彪点了一根烟,深吸一口,吐出一团烟雾。烟雾在灰蒙蒙的光线里慢慢散开,融进空气里。
“这地方能待多久?”他问。
青蛇说:“先待着。等托马养好伤,等外面的风声过去。”
虬龙站在盆地中央,正要转身进屋,谷口传来一阵汽车轰鸣。
一阵急促的脚步声传了进来,不是隐蔽的脚步,是踩在碎石上,一步一步,没有掩饰。老彪的手按在枪上,老凯蹲下,躲在车后面。马库斯和铁头从盆地里跑过来,手里握着刀。
一个人影从谷口的阴影里走出来。
银发,浅灰色眼眸,左耳三个银环。
老幺。
她穿着一件深灰色的紧身衣,背上背着支改装过的***。脸上全是灰,头发上沾着沙尘,嘴唇干裂。她站在谷口,看着他们。
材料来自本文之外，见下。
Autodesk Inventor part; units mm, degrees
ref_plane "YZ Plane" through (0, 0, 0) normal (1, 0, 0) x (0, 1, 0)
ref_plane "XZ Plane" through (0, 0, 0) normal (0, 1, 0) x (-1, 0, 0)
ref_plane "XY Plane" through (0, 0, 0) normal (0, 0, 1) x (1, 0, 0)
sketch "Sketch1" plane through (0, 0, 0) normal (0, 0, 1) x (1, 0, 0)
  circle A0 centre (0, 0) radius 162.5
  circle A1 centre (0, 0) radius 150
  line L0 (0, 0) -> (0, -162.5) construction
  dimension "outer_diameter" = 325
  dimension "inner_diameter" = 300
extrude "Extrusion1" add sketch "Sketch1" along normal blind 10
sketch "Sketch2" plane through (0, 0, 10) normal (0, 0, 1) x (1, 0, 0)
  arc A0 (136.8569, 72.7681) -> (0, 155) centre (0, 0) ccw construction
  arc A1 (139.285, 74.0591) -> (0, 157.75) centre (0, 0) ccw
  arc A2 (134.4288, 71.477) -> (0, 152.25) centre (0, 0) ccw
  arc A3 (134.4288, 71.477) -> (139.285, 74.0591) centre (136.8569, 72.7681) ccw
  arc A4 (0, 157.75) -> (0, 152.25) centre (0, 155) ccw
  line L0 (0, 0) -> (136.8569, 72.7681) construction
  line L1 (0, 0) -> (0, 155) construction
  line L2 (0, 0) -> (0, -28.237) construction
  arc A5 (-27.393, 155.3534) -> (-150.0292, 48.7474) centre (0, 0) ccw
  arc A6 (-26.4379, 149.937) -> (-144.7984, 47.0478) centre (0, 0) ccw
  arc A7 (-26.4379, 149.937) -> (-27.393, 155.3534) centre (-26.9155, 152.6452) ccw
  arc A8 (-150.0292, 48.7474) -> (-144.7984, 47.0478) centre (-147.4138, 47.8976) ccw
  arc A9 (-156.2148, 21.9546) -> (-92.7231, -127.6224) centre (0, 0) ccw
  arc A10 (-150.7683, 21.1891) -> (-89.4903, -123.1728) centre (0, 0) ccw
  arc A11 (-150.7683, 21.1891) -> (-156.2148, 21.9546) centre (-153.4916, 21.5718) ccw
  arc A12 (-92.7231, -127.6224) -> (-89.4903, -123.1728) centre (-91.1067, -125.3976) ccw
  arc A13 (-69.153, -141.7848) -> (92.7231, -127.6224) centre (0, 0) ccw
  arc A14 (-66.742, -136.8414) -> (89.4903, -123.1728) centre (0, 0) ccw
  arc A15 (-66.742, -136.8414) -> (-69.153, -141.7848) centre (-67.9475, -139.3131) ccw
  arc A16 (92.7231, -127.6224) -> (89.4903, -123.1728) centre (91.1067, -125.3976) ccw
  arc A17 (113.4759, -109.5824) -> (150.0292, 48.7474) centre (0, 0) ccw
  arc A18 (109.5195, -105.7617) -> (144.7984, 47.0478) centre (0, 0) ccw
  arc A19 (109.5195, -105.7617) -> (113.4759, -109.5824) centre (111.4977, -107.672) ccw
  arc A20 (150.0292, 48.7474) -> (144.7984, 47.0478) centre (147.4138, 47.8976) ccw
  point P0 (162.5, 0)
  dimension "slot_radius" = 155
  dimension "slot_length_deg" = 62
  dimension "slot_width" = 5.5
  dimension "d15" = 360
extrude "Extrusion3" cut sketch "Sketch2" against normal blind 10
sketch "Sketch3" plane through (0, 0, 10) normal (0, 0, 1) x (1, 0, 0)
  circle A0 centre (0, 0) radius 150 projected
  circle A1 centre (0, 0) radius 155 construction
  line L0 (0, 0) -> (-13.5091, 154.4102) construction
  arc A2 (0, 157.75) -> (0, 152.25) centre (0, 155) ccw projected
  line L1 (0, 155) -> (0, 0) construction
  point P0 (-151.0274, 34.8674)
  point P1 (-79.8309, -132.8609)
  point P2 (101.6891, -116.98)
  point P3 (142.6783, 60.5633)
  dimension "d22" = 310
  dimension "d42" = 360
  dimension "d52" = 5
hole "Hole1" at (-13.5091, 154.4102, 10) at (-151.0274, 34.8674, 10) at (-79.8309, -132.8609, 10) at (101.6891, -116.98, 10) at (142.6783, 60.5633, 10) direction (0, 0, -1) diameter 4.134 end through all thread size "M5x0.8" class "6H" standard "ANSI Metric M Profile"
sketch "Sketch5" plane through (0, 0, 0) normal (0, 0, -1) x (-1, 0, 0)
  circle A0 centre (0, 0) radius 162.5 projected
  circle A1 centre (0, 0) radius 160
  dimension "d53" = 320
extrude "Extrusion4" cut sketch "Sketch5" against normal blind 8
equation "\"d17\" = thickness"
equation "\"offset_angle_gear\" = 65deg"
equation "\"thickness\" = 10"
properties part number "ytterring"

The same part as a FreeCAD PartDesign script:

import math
import FreeCAD as App
import Part
import Sketcher

doc = App.newDocument("Part")
body = doc.addObject("PartDesign::Body", "Body")

sketch1 = doc.addObject("Sketcher::SketchObject", "Sketch")
body.addObject(sketch1)
sketch1.AttachmentSupport = (doc.XY_Plane, [""])
sketch1.MapMode = "FlatFace"
sketch1.addGeometry([
    Part.Circle(App.Vector(0, 0, 0), App.Vector(0, 0, 1), 162),
    Part.Circle(App.Vector(0, 0, 0), App.Vector(0, 0, 1), 150),
], False)
sketch1.addConstraint([
    Sketcher.Constraint("Coincident", 0, 3, -1, 1),
    Sketcher.Constraint("Coincident", 1, 3, -1, 1),
    Sketcher.Constraint("Diameter", 0, 325.0),
    Sketcher.Constraint("Diameter", 1, 300.0),
])
pad1 = doc.addObject("PartDesign::Pad", "Pad")
body.addObject(pad1)
pad1.Profile = sketch1
pad1.Length = 10

sketch2 = doc.addObject("Sketcher::SketchObject", "Sketch001")
body.addObject(sketch2)
sketch2.AttachmentSupport = (doc.XY_Plane, [""])
sketch2.MapMode = "FlatFace"
sketch2.AttachmentOffset = App.Placement(App.Vector(0, 0, 10), App.Rotation())
sketch2.addGeometry([
    Part.ArcOfCircle(Part.Circle(App.Vector(136.9, 72.8, 0), App.Vector(0, 0, 1), 2.8), math.radians(-152), math.radians(28)),
    Part.ArcOfCircle(Part.Circle(App.Vector(0, 0, 0), App.Vector(0, 0, 1), 157.8), math.radians(28), math.radians(90)),
    Part.ArcOfCircle(Part.Circle(App.Vector(0, 155, 0), App.Vector(0, 0, 1), 2.8), math.radians(90), math.radians(270)),
    Part.ArcOfCircle(Part.Circle(App.Vector(0, 0, 0), App.Vector(0, 0, 1), 152.2), math.radians(28), math.radians(90)),
    Part.ArcOfCircle(Part.Circle(App.Vector(-26.9, 152.6, 0), App.Vector(0, 0, 1), 2.7), math.radians(-80), math.radians(100)),
    Part.ArcOfCircle(Part.Circle(App.Vector(0, 0, 0), App.Vector(0, 0, 1), 157.8), math.radians(100), math.radians(162)),
    Part.ArcOfCircle(Part.Circle(App.Vector(-147.4, 47.9, 0), App.Vector(0, 0, 1), 2.7), math.radians(162), math.radians(342)),
    Part.ArcOfCircle(Part.Circle(App.Vector(0, 0, 0), App.Vector(0, 0, 1), 152.3), math.radians(100), math.radians(162)),
    Part.ArcOfCircle(Part.Circle(App.Vector(-153.5, 21.6, 0), App.Vector(0, 0, 1), 2.8), math.radians(-8), math.radians(172)),
    Part.ArcOfCircle(Part.Circle(App.Vector(0, 0, 0), App.Vector(0, 0, 1), 157.7), math.radians(172), math.radians(234)),
    Part.ArcOfCircle(Part.Circle(App.Vector(-91.1, -125.4, 0), App.Vector(0, 0, 1), 2.7), math.radians(-126), math.radians(54)),
    Part.ArcOfCircle(Part.Circle(App.Vector(0, 0, 0), App.Vector(0, 0, 1), 152.2), math.radians(172), math.radians(234)),
    Part.ArcOfCircle(Part.Circle(App.Vector(-67.9, -139.3, 0), App.Vector(0, 0, 1), 2.8), math.radians(64), math.radians(244)),
    Part.ArcOfCircle(Part.Circle(App.Vector(0, 0, 0), App.Vector(0, 0, 1), 157.7), math.radians(-116), math.radians(-54)),
    Part.ArcOfCircle(Part.Circle(App.Vector(91.1, -125.4, 0), App.Vector(0, 0, 1), 2.7), math.radians(-54), math.radians(126)),
    Part.ArcOfCircle(Part.Circle(App.Vector(0, 0, 0), App.Vector(0, 0, 1), 152.2), math.radians(-116), math.radians(-54)),
    Part.ArcOfCircle(Part.Circle(App.Vector(111.5, -107.7, 0), App.Vector(0, 0, 1), 2.8), math.radians(136), math.radians(316)),
    Part.ArcOfCircle(Part.Circle(App.Vector(0, 0, 0), App.Vector(0, 0, 1), 157.7), math.radians(-44), math.radians(18)),
    Part.ArcOfCircle(Part.Circle(App.Vector(147.4, 47.9, 0), App.Vector(0, 0, 1), 2.7), math.radians(18), math.radians(198)),
    Part.ArcOfCircle(Part.Circle(App.Vector(0, 0, 0), App.Vector(0, 0, 1), 152.3), math.radians(-44), math.radians(18)),
], False)
sketch2.addConstraint([
    Sketcher.Constraint("Tangent", 0, 2, 1, 1),
    Sketcher.Constraint("Tangent", 1, 2, 2, 1),
    Sketcher.Constraint("Tangent", 2, 2, 3, 2),
    Sketcher.Constraint("Tangent", 3, 1, 0, 1),
    Sketcher.Constraint("Tangent", 4, 2, 5, 1),
    Sketcher.Constraint("Tangent", 5, 2, 6, 1),
    Sketcher.Constraint("Tangent", 6, 2, 7, 2),
    Sketcher.Constraint("Tangent", 7, 1, 4, 1),
    Sketcher.Constraint("Tangent", 8, 2, 9, 1),
    Sketcher.Constraint("Tangent", 9, 2, 10, 1),
    Sketcher.Constraint("Tangent", 10, 2, 11, 2),
    Sketcher.Constraint("Tangent", 11, 1, 8, 1),
    Sketcher.Constraint("Tangent", 12, 2, 13, 1),
    Sketcher.Constraint("Tangent", 13, 2, 14, 1),
    Sketcher.Constraint("Tangent", 14, 2, 15, 2),
    Sketcher.Constraint("Tangent", 15, 1, 12, 1),
    Sketcher.Constraint("Tangent", 16, 2, 17, 1),
    Sketcher.Constraint("Tangent", 17, 2, 18, 1),
    Sketcher.Constraint("Tangent", 18, 2, 19, 2),
    Sketcher.Constraint("Tangent", 19, 1, 16, 1),
    Sketcher.Constraint("Coincident", 1, 3, -1, 1),
    Sketcher.Constraint("Coincident", 3, 3, -1, 1),
    Sketcher.Constraint("Coincident", 5, 3, -1, 1),
    Sketcher.Constraint("Coincident", 7, 3, -1, 1),
    Sketcher.Constraint("Coincident", 9, 3, -1, 1),
    Sketcher.Constraint("Coincident", 11, 3, -1, 1),
    Sketcher.Constraint("Coincident", 13, 3, -1, 1),
    Sketcher.Constraint("Coincident", 15, 3, -1, 1),
    Sketcher.Constraint("Coincident", 17, 3, -1, 1),
    Sketcher.Constraint("Coincident", 19, 3, -1, 1),
    Sketcher.Constraint("Equal", 2, 4),
    Sketcher.Constraint("Equal", 1, 5),
    Sketcher.Constraint("Equal", 6, 8),
    Sketcher.Constraint("Equal", 5, 9),
    Sketcher.Constraint("Equal", 10, 12),
    Sketcher.Constraint("Equal", 9, 13),
    Sketcher.Constraint("Equal", 14, 16),
    Sketcher.Constraint("Equal", 13, 17),
    Sketcher.Constraint("PointOnObject", 2, 3, -2),
    Sketcher.Constraint("Horizontal", 10, 3, 14, 3),
    Sketcher.Constraint("Horizontal", 6, 3, 18, 3),
    Sketcher.Constraint("Radius", 0, 2.75),
    Sketcher.Constraint("DistanceY", -1, 1, 2, 3, 155.0),
    Sketcher.Constraint("DistanceX", 11, 1, 6, 2, 5.97),
    Sketcher.Constraint("DistanceX", 9, 2, 12, 2, 23.57),
    Sketcher.Constraint("DistanceY", 13, 2, 16, 2, 18.04),
    Sketcher.Constraint("DistanceX", -1, 1, 0, 3, 136.857),
    Sketcher.Constraint("DistanceY", 12, 3, -1, 1, 139.313),
    Sketcher.Constraint("DistanceX", 4, 2, -1, 1, 27.393),
    Sketcher.Constraint("DistanceX", 8, 2, -1, 1, 156.215),
])
pocket1 = doc.addObject("PartDesign::Pocket", "Pocket")
body.addObject(pocket1)
pocket1.Profile = sketch2
pocket1.Length = 10

sketch3 = doc.addObject("Sketcher::SketchObject", "Sketch002")
body.addObject(sketch3)
sketch3.AttachmentSupport = (doc.XY_Plane, [""])
sketch3.MapMode = "FlatFace"
sketch3.AttachmentOffset = App.Placement(App.Vector(0, 0, 10), App.Rotation())
sketch3.addGeometry([
    Part.Circle(App.Vector(-13.5, 154.4, 0), App.Vector(0, 0, 1), 2.1),
    Part.Circle(App.Vector(-151, 34.9, 0), App.Vector(0, 0, 1), 2.1),
    Part.Circle(App.Vector(-79.8, -132.9, 0), App.Vector(0, 0, 1), 2.1),
    Part.Circle(App.Vector(101.7, -117, 0), App.Vector(0, 0, 1), 2.1),
    Part.Circle(App.Vector(142.7, 60.6, 0), App.Vector(0, 0, 1), 2.1),
], False)
sketch3.addConstraint([
    Sketcher.Constraint("Equal", 0, 1),
    Sketcher.Constraint("Equal", 1, 2),
    Sketcher.Constraint("Equal", 2, 3),
    Sketcher.Constraint("Equal", 3, 4),
    Sketcher.Constraint("Diameter", 0, 4.134),
    Sketcher.Constraint("DistanceY", 3, 3, -1, 1, 116.98),
    Sketcher.Constraint("DistanceX", 2, 3, 3, 3, 181.52),
    Sketcher.Constraint("DistanceX", 0, 3, -1, 1, 13.509),
    Sketcher.Constraint("DistanceX", 2, 3, -1, 1, 79.831),
    Sketcher.Constraint("DistanceY", 2, 3, -1, 1, 132.861),
    Sketcher.Constraint("DistanceY", 2, 3, 0, 3, 287.271),
    Sketcher.Constraint("DistanceY", 4, 3, 0, 3, 93.847),
    Sketcher.Constraint("DistanceY", 1, 3, 4, 3, 25.696),
    Sketcher.Constraint("DistanceX", 1, 3, -1, 1, 151.0274),
    Sketcher.Constraint("DistanceX", -1, 1, 4, 3, 142.6783),
])
doc.recompute()
hole = doc.addObject("PartDesign::Hole", "Hole")
body.addObject(hole)
hole.Profile = sketch3
hole.ThreadType = "None"
hole.Diameter = 4.134
hole.DepthType = "ThroughAll"

sketch4 = doc.addObject("Sketcher::SketchObject", "Sketch003")
body.addObject(sketch4)
sketch4.AttachmentSupport = (doc.XY_Plane, [""])
sketch4.MapMode = "FlatFace"
sketch4.addGeometry([
    Part.Circle(App.Vector(0, 0, 0), App.Vector(0, 0, 1), 162),
    Part.Circle(App.Vector(0, 0, 0), App.Vector(0, 0, 1), 160),
], False)
sketch4.addConstraint([
    Sketcher.Constraint("Coincident", 0, 3, -1, 1),
    Sketcher.Constraint("Coincident", 1, 3, -1, 1),
    Sketcher.Constraint("Diameter", 1, 320.0),
    Sketcher.Constraint("Diameter", 0, 325.0),
])
pocket2 = doc.addObject("PartDesign::Pocket", "Pocket001")
body.addObject(pocket2)
pocket2.Profile = sketch4
pocket2.Length = 8
pocket2.Reversed = True

doc.recompute()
老彪的手没有从枪上松开,但也没有举起来。他看了老幺一眼,又看了虬龙一眼,没有说话。
老幺走进盆地,脚步有些踉跄。她走到虬龙面前,停下。
“这片区域不再安全。”她说。声音沙哑。
虬龙看着她。她的脸上全是灰,嘴唇干裂,眼睛底下有很深的黑眼圈。她走了很远的路。
虬龙说:“你怎么找到这儿的?”
老幺没有回答。她看着虬龙,那双浅灰色的眼睛里有什么东西在动。不是恐惧,不是愤怒,是一种很深的、很沉的、像水一样的东西。
“八号堡的人在搜。北边,东边,西边,都在搜。你们之前待的地方,已经被发现了。”她说。
盆地里安静了。火堆噼啪响着,风从谷口灌进来,呜呜地叫。
青蛇从墙边直起身,看着老幺,没有说话。老彪的手从枪上松开,靠在车门上。老凯从车后面站起来,把刀收回去。马库斯和铁头退到一边。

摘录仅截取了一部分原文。